Authenticates users via FIDO2/WebAuthn assertions, with identity federation through your organization’s OIDC or SAML 2.0 identity provider.
Issues OIDC ID tokens (signed with ES256 via AWS KMS) that AWS and other services consume via standard OIDC federation.
Signs SSH certificates using an Ed25519 certificate authority key managed by AWS KMS.
Exchanges tokens with GitHub Apps, AWS STS, and other external services on behalf of authenticated users.
Manages the user directory via SCIM 2.0 integration with identity providers.
Publishes OIDC metadata at /.well-known/openid-configuration, JWKS at /.well-known/jwks.json, and Protected Resource Metadata at /.well-known/oauth-protected-resource (RFC 9728). When mTLS is configured, the discovery document includes mtls_endpoint_aliases for mTLS-capable clients.
Provides OIDC discovery for automatic identity provider detection during enrollment.

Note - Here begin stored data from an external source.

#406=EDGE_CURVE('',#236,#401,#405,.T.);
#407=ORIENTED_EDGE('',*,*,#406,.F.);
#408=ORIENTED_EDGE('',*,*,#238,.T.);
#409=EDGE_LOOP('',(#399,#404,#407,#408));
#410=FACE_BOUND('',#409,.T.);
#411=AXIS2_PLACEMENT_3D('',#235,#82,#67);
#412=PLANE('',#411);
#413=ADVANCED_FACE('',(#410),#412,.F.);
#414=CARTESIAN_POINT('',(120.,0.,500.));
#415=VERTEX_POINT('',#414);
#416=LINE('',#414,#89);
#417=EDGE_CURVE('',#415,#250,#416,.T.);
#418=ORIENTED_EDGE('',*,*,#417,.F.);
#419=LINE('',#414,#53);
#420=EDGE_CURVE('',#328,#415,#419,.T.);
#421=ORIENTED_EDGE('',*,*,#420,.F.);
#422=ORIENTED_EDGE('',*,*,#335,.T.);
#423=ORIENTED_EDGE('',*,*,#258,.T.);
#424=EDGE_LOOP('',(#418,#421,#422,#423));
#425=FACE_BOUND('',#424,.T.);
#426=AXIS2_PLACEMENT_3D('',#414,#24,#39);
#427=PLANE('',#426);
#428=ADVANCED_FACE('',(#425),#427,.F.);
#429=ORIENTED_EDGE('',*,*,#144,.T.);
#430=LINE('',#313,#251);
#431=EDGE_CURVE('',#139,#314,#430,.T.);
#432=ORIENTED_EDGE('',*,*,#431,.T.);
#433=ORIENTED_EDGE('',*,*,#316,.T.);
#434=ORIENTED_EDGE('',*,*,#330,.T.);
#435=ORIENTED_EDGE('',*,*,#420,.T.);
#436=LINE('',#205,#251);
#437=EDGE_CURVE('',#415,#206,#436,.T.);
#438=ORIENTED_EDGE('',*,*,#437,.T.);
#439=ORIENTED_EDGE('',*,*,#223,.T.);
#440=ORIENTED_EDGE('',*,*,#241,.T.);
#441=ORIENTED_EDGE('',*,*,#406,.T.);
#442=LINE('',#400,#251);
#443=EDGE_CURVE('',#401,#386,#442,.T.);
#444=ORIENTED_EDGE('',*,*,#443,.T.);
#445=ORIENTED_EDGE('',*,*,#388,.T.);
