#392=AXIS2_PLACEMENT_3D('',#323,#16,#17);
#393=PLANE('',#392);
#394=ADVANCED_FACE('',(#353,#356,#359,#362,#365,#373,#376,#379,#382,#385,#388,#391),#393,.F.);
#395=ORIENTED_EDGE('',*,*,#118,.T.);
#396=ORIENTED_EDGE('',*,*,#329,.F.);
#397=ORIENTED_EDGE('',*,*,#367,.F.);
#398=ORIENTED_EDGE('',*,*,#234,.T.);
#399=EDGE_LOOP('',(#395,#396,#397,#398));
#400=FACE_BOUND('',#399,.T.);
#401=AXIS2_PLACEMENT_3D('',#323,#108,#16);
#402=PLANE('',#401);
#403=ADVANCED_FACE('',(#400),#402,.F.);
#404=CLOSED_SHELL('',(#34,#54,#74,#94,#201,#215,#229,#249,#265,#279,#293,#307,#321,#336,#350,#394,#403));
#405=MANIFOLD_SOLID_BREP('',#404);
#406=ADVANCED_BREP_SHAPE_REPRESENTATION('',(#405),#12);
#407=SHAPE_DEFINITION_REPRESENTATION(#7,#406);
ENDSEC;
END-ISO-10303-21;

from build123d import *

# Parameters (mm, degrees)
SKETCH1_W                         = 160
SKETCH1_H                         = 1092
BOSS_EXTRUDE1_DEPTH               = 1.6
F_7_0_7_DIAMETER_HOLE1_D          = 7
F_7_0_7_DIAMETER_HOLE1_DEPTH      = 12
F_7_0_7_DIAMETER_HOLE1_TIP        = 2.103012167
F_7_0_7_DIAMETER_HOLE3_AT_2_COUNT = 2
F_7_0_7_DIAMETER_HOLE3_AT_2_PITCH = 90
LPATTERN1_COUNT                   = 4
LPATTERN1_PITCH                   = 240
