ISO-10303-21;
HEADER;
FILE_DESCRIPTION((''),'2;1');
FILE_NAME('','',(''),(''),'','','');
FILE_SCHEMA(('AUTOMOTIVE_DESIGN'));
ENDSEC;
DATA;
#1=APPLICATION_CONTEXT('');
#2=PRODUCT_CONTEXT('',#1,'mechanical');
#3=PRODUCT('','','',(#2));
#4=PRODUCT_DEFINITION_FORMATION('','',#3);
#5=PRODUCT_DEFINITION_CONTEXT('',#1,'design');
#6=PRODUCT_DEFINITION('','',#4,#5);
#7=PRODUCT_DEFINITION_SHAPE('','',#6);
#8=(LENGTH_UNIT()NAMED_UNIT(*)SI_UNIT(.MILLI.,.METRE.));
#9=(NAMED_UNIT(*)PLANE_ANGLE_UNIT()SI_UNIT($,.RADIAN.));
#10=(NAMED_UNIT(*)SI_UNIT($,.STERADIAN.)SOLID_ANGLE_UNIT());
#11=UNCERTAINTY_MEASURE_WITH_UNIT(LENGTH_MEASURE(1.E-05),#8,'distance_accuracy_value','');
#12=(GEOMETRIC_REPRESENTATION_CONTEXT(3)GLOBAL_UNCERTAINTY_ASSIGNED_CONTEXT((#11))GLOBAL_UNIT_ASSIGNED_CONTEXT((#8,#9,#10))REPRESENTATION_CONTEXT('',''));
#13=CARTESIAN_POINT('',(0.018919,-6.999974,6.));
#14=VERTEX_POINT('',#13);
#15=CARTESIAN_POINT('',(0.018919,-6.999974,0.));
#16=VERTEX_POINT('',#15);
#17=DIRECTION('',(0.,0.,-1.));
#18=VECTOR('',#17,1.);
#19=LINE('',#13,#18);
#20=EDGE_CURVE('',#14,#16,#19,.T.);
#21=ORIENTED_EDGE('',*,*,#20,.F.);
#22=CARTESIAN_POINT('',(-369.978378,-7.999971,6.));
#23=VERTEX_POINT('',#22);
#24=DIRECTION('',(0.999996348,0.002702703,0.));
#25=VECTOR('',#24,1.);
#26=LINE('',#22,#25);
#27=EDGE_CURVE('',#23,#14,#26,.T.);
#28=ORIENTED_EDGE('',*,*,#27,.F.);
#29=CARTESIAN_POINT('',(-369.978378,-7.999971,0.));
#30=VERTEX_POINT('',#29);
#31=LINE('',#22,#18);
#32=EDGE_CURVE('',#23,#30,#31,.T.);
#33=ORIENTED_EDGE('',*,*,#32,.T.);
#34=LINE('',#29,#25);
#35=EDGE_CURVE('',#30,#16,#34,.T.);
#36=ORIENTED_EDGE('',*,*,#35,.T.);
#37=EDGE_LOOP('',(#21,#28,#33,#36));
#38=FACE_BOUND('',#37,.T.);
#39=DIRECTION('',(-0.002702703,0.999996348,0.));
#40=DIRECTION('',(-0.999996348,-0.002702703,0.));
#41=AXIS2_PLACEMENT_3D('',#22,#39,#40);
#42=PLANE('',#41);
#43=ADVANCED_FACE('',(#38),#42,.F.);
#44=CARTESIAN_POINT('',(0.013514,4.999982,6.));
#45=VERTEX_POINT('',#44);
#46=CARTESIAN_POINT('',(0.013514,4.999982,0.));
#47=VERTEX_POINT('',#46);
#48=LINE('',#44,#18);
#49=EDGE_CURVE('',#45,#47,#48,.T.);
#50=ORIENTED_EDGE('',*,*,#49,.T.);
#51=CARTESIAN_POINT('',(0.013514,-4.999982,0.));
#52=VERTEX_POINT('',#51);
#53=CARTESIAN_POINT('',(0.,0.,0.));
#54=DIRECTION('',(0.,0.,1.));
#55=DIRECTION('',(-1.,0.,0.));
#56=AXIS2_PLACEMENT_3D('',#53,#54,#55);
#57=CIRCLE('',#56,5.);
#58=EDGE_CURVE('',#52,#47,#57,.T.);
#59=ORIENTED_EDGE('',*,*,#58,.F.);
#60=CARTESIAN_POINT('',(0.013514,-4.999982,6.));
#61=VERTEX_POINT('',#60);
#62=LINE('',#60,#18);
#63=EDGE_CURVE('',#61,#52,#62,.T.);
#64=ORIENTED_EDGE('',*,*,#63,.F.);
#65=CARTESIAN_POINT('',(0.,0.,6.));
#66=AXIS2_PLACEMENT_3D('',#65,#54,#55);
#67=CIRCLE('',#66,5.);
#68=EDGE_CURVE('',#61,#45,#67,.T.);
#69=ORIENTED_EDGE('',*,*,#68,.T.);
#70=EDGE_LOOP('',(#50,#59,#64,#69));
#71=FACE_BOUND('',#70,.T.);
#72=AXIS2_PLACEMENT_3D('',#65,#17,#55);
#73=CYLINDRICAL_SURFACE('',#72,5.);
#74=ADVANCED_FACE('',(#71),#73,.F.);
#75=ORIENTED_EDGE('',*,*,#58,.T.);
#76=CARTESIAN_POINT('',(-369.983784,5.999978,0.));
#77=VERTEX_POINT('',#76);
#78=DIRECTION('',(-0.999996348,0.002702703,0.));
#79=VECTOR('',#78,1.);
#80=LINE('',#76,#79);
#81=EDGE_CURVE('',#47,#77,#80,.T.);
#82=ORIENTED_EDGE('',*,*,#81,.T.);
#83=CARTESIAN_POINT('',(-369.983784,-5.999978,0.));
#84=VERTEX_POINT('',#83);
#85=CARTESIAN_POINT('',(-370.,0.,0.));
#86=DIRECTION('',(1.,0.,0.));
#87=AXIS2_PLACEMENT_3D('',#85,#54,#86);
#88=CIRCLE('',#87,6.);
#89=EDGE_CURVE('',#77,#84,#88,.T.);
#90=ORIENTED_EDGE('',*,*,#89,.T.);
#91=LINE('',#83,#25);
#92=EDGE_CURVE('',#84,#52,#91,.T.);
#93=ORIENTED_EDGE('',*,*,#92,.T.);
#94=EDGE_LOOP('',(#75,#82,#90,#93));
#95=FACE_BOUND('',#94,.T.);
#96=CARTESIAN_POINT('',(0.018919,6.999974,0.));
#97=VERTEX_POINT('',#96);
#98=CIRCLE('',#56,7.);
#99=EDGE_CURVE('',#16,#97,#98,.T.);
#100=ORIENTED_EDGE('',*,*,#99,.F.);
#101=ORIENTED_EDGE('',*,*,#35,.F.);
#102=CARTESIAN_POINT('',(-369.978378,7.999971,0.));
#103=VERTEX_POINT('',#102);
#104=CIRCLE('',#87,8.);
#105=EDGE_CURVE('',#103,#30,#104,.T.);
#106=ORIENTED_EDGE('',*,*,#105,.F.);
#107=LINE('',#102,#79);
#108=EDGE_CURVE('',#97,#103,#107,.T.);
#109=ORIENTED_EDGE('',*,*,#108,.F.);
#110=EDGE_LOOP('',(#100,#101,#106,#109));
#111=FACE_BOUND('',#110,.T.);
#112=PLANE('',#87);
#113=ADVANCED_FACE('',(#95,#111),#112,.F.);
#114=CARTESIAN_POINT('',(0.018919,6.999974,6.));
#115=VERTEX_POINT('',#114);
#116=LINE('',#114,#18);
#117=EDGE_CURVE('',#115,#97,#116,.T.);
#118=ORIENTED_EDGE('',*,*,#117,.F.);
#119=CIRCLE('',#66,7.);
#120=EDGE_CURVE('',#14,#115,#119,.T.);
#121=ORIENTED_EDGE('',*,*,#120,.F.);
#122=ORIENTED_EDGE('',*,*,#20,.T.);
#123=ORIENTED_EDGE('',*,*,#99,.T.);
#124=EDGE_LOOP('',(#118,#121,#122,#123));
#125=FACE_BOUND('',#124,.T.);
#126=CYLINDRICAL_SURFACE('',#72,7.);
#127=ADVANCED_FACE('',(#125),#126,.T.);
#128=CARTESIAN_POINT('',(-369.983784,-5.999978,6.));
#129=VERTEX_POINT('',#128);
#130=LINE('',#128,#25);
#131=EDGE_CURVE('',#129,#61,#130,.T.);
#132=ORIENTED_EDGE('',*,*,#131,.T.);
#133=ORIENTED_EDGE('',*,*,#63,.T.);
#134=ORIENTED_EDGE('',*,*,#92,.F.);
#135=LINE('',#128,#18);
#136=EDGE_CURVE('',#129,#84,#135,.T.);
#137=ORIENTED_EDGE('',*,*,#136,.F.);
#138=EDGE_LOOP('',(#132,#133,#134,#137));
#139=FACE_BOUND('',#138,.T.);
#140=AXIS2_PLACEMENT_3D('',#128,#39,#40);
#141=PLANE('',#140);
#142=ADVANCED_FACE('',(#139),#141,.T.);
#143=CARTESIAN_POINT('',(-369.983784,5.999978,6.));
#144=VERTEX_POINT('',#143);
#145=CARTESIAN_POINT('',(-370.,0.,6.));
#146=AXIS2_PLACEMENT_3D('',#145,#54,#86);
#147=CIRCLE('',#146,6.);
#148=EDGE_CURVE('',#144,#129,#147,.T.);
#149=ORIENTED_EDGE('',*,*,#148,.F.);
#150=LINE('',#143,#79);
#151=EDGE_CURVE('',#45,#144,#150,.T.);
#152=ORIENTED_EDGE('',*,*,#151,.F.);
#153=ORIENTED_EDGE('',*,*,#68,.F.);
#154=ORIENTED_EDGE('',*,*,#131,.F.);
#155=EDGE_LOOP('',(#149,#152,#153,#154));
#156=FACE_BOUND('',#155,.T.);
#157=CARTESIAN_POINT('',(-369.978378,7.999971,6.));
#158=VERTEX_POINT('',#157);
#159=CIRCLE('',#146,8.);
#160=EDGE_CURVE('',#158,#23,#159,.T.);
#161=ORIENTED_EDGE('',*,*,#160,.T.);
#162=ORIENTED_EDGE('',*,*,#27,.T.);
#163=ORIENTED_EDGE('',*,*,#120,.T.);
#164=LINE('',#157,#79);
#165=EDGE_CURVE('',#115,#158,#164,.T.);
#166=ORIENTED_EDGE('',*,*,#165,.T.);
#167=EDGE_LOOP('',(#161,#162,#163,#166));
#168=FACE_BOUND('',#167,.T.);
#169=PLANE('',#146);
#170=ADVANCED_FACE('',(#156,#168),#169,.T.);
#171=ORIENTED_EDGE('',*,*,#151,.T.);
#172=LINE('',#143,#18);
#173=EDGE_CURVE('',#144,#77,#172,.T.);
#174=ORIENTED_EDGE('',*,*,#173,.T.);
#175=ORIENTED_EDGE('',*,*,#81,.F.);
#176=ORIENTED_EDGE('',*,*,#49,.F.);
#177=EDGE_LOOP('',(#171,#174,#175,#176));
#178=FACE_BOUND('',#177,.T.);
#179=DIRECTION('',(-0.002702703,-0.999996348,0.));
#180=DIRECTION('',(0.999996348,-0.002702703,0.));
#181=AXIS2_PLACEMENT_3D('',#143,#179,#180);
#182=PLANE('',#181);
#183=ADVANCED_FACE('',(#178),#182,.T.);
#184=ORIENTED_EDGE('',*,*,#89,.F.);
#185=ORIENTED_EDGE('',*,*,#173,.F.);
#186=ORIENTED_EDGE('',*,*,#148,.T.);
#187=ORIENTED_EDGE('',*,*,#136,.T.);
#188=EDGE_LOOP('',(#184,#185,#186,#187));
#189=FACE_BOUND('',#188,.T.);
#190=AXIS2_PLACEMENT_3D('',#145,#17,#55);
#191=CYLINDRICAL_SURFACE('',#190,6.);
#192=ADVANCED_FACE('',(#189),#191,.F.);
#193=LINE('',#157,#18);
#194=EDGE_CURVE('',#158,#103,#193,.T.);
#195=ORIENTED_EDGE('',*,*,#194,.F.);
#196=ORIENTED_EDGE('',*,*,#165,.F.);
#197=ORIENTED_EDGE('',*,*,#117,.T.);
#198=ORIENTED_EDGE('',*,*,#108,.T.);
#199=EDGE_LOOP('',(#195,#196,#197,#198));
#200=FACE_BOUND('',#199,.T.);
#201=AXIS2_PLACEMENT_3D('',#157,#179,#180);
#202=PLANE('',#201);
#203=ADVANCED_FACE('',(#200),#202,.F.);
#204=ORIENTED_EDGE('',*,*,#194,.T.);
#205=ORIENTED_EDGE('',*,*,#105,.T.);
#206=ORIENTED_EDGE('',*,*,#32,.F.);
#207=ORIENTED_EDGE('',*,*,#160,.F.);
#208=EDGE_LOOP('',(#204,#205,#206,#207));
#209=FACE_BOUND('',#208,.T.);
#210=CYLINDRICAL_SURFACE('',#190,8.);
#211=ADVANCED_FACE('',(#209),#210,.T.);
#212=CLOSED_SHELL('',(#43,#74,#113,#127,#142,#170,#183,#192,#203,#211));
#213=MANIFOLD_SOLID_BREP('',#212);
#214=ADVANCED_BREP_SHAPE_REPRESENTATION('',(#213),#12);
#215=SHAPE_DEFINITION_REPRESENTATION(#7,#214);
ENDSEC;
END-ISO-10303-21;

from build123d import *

# Parameters (mm, degrees)
RESSALTO_EXTRUS_O1_DEPTH = 6


with BuildPart() as part:
    # Esboço1 → Ressalto-extrusão1 (new body)
    with BuildSketch(Plane.XY):
        with BuildLine():
            Line((-369.978378378, 7.999970782), (0.018918919, 6.999974434))
            ThreePointArc((0.018918919, 6.999974434), (7, 0), (0.018918919, -6.999974434))
            Line((0.018918919, -6.999974434), (-369.978378378, -7.999970782))
            ThreePointArc((-369.978378378, -7.999970782), (-378, 0), (-369.978378378, 7.999970782))
        make_face()
        with BuildLine():
            Line((-369.983783784, 5.999978086), (0.013513514, 4.999981738))
            ThreePointArc((0.013513514, 4.999981738), (5, 0), (0.013513514, -4.999981738))
            Line((0.013513514, -4.999981738), (-369.983783784, -5.999978086))
            ThreePointArc((-369.983783784, -5.999978086), (-376, 0), (-369.983783784, 5.999978086))
        make_face(mode=Mode.SUBTRACT)
    extrude(amount=RESSALTO_EXTRUS_O1_DEPTH)


solid = part.part
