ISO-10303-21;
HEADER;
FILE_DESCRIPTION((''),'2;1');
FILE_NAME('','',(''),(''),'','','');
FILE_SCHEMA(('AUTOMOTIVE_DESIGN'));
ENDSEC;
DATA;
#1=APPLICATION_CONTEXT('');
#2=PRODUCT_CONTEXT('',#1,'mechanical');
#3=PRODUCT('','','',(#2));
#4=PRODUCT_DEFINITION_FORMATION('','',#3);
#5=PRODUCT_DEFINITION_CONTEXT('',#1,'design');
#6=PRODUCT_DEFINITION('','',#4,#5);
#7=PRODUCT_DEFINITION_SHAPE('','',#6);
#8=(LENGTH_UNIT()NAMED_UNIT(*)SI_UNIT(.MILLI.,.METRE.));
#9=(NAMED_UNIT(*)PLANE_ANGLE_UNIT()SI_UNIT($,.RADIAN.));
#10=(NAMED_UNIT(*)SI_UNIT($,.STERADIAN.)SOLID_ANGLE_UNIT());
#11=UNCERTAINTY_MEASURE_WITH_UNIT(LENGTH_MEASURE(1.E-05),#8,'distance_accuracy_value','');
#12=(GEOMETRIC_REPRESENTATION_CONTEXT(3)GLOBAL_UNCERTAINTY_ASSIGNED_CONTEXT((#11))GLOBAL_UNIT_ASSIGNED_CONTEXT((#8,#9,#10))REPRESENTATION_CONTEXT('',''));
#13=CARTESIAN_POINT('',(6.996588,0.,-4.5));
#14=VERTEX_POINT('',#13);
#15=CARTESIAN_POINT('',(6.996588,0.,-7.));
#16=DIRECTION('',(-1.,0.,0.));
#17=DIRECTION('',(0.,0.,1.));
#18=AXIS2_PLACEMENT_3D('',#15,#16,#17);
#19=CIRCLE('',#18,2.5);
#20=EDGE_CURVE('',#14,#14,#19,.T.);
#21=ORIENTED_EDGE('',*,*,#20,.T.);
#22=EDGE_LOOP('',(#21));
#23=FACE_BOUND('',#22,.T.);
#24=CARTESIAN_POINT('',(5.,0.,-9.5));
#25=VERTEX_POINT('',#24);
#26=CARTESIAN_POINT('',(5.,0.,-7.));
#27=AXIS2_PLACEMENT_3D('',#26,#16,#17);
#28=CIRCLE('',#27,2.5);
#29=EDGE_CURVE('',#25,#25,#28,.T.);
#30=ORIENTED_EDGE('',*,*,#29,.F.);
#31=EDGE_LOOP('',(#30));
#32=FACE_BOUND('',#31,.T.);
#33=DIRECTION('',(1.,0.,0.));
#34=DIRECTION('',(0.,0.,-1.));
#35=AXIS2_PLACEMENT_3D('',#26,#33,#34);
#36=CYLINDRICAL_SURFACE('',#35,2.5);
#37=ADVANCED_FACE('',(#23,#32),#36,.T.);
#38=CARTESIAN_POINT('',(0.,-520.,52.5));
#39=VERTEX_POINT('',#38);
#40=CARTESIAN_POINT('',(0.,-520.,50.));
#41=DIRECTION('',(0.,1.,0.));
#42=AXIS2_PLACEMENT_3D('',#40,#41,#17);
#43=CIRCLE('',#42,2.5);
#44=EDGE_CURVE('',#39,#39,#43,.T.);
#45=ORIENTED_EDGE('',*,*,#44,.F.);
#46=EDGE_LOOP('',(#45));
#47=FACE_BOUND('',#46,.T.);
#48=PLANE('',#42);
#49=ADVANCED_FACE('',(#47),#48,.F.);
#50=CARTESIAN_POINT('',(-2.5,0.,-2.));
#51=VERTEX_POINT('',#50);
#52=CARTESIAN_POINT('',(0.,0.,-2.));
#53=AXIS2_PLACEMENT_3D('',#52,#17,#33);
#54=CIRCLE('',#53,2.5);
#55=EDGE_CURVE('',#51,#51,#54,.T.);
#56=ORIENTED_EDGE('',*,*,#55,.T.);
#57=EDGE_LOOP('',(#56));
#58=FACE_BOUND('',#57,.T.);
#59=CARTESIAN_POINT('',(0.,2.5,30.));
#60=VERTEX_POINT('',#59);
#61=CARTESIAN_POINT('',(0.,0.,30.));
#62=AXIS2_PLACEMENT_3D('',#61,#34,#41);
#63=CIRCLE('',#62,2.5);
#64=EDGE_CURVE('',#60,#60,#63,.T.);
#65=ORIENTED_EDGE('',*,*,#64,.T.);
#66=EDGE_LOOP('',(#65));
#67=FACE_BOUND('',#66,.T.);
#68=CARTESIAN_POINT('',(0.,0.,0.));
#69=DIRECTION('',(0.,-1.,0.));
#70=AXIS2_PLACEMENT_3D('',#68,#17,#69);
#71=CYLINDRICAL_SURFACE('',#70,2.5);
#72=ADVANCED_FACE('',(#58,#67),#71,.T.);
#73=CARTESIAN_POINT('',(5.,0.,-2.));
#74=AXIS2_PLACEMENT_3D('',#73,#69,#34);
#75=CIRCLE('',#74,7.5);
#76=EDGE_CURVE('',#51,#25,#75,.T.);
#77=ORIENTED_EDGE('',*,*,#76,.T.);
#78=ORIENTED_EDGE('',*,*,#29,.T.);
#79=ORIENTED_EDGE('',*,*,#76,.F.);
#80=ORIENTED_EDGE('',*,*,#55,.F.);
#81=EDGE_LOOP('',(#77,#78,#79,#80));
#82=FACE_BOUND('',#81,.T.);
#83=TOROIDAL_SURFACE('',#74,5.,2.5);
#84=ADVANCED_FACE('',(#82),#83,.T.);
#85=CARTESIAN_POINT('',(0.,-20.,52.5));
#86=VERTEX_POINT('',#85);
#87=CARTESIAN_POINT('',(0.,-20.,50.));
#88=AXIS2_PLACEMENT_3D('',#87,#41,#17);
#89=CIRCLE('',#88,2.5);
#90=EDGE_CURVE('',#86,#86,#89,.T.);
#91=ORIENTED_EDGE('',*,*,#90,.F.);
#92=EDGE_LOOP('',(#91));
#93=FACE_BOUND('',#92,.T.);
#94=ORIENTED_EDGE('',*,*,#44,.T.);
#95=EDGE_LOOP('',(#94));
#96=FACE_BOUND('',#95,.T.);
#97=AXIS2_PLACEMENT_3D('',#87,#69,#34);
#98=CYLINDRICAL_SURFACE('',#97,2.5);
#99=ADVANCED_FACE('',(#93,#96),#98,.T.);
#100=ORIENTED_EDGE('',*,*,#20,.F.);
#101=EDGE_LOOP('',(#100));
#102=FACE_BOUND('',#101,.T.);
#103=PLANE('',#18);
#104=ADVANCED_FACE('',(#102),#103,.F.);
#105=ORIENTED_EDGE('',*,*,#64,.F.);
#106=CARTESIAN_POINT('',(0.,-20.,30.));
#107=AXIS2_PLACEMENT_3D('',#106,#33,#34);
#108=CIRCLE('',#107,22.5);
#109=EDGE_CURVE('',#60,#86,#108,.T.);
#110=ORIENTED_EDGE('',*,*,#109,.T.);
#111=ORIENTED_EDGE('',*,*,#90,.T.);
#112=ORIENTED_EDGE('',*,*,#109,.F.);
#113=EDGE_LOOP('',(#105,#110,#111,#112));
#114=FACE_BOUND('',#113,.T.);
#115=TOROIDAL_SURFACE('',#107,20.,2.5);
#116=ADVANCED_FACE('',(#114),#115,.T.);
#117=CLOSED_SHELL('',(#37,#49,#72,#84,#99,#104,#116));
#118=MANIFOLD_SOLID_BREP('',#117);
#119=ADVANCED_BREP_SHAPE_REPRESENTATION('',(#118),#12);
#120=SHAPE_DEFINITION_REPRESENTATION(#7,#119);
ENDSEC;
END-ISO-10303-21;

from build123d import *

# Parameters (mm, degrees)
VARREDURA1_PROFILE_R = 2.5
VARREDURA2_PROFILE_R = 2.5


with BuildPart() as part:
    # Varredura1: sweep along a path in Esboço1
    with BuildLine(Plane(origin=(0, 0, 0), x_dir=(0, 0, -1), z_dir=(1, 0, 0))) as varredura1_path:
        Line((0, 0), (-30, 0))
        ThreePointArc((-30, 0), (-44.142135624, -5.857864376), (-50, -20))
        Line((-50, -20), (-50, -520))
    # Varredura1 profile (on start of the path) → Varredura1 (sweep)
    with BuildSketch(Plane(origin=(0, 0, 0), x_dir=(0, 1, 0), z_dir=(0, 0, 1))):
        Circle(VARREDURA1_PROFILE_R)
    sweep(path=varredura1_path.line)

    # Varredura2: sweep along a path in Esboço22
    with BuildLine(Plane(origin=(0, 0, 0), x_dir=(1, 0, 0), z_dir=(0, 1, 0))) as varredura2_path:
        Line((0, 0), (0, 2))
        ThreePointArc((0, 2), (1.464466094, 5.535533906), (5, 7))
        Line((5, 7), (6.99658834, 7))
    # Varredura2 profile (on start of the path) → Varredura2 (sweep)
    with BuildSketch(Plane(origin=(0, 0, 0), x_dir=(-1, 0, 0), z_dir=(0, 0, -1))):
        Circle(VARREDURA2_PROFILE_R)
    sweep(path=varredura2_path.line)


solid = part.part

The server does not store AWS credentials, SSH private keys, or GitHub tokens. It brokers short-lived credentials from external services.

Protocol details

FIDO2 / WebAuthn

Used for all user authentication. The FIDO2 exchange happens between the YubiKey (authenticator), the Vouch CLI (client), and the Vouch server (relying party).

Registration (enrollment): The YubiKey generates a key pair. The public key is sent to the server along with an attestation certificate. The private key never leaves the hardware. When attestation verification is enabled, the server validates the certificate chain against pinned Yubico root CA certificates to confirm the key is a genuine hardware device.
Authentication (login): The server sends a challenge. The YubiKey signs it with the private key after PIN + touch verification. The server validates the signature against the stored public key.

OIDC (OpenID Connect)

The Vouch server acts as an OIDC identity provider. After FIDO2 authentication, it issues a signed JWT (ID token) containing:

Claim	Description
`iss`	Vouch server URL (e.g., `https://us.vouch.sh`)
`sub`	User’s email address
`aud`	Vouch server URL (used as the OIDC client ID)
`exp`	Token expiration (short-lived)
`iat`	Token issued-at timestamp
`hd`	Google Workspace hosted domain
`amr`	Authentication methods (e.g., `["hwk", "pin"]`)
`acr`	Authentication context class (NIST AAL3)
`cnf`	Confirmation claim for sender-constrained tokens — contains `jkt` (DPoP key thumbprint) or `x5t#S256` (mTLS certificate thumbprint)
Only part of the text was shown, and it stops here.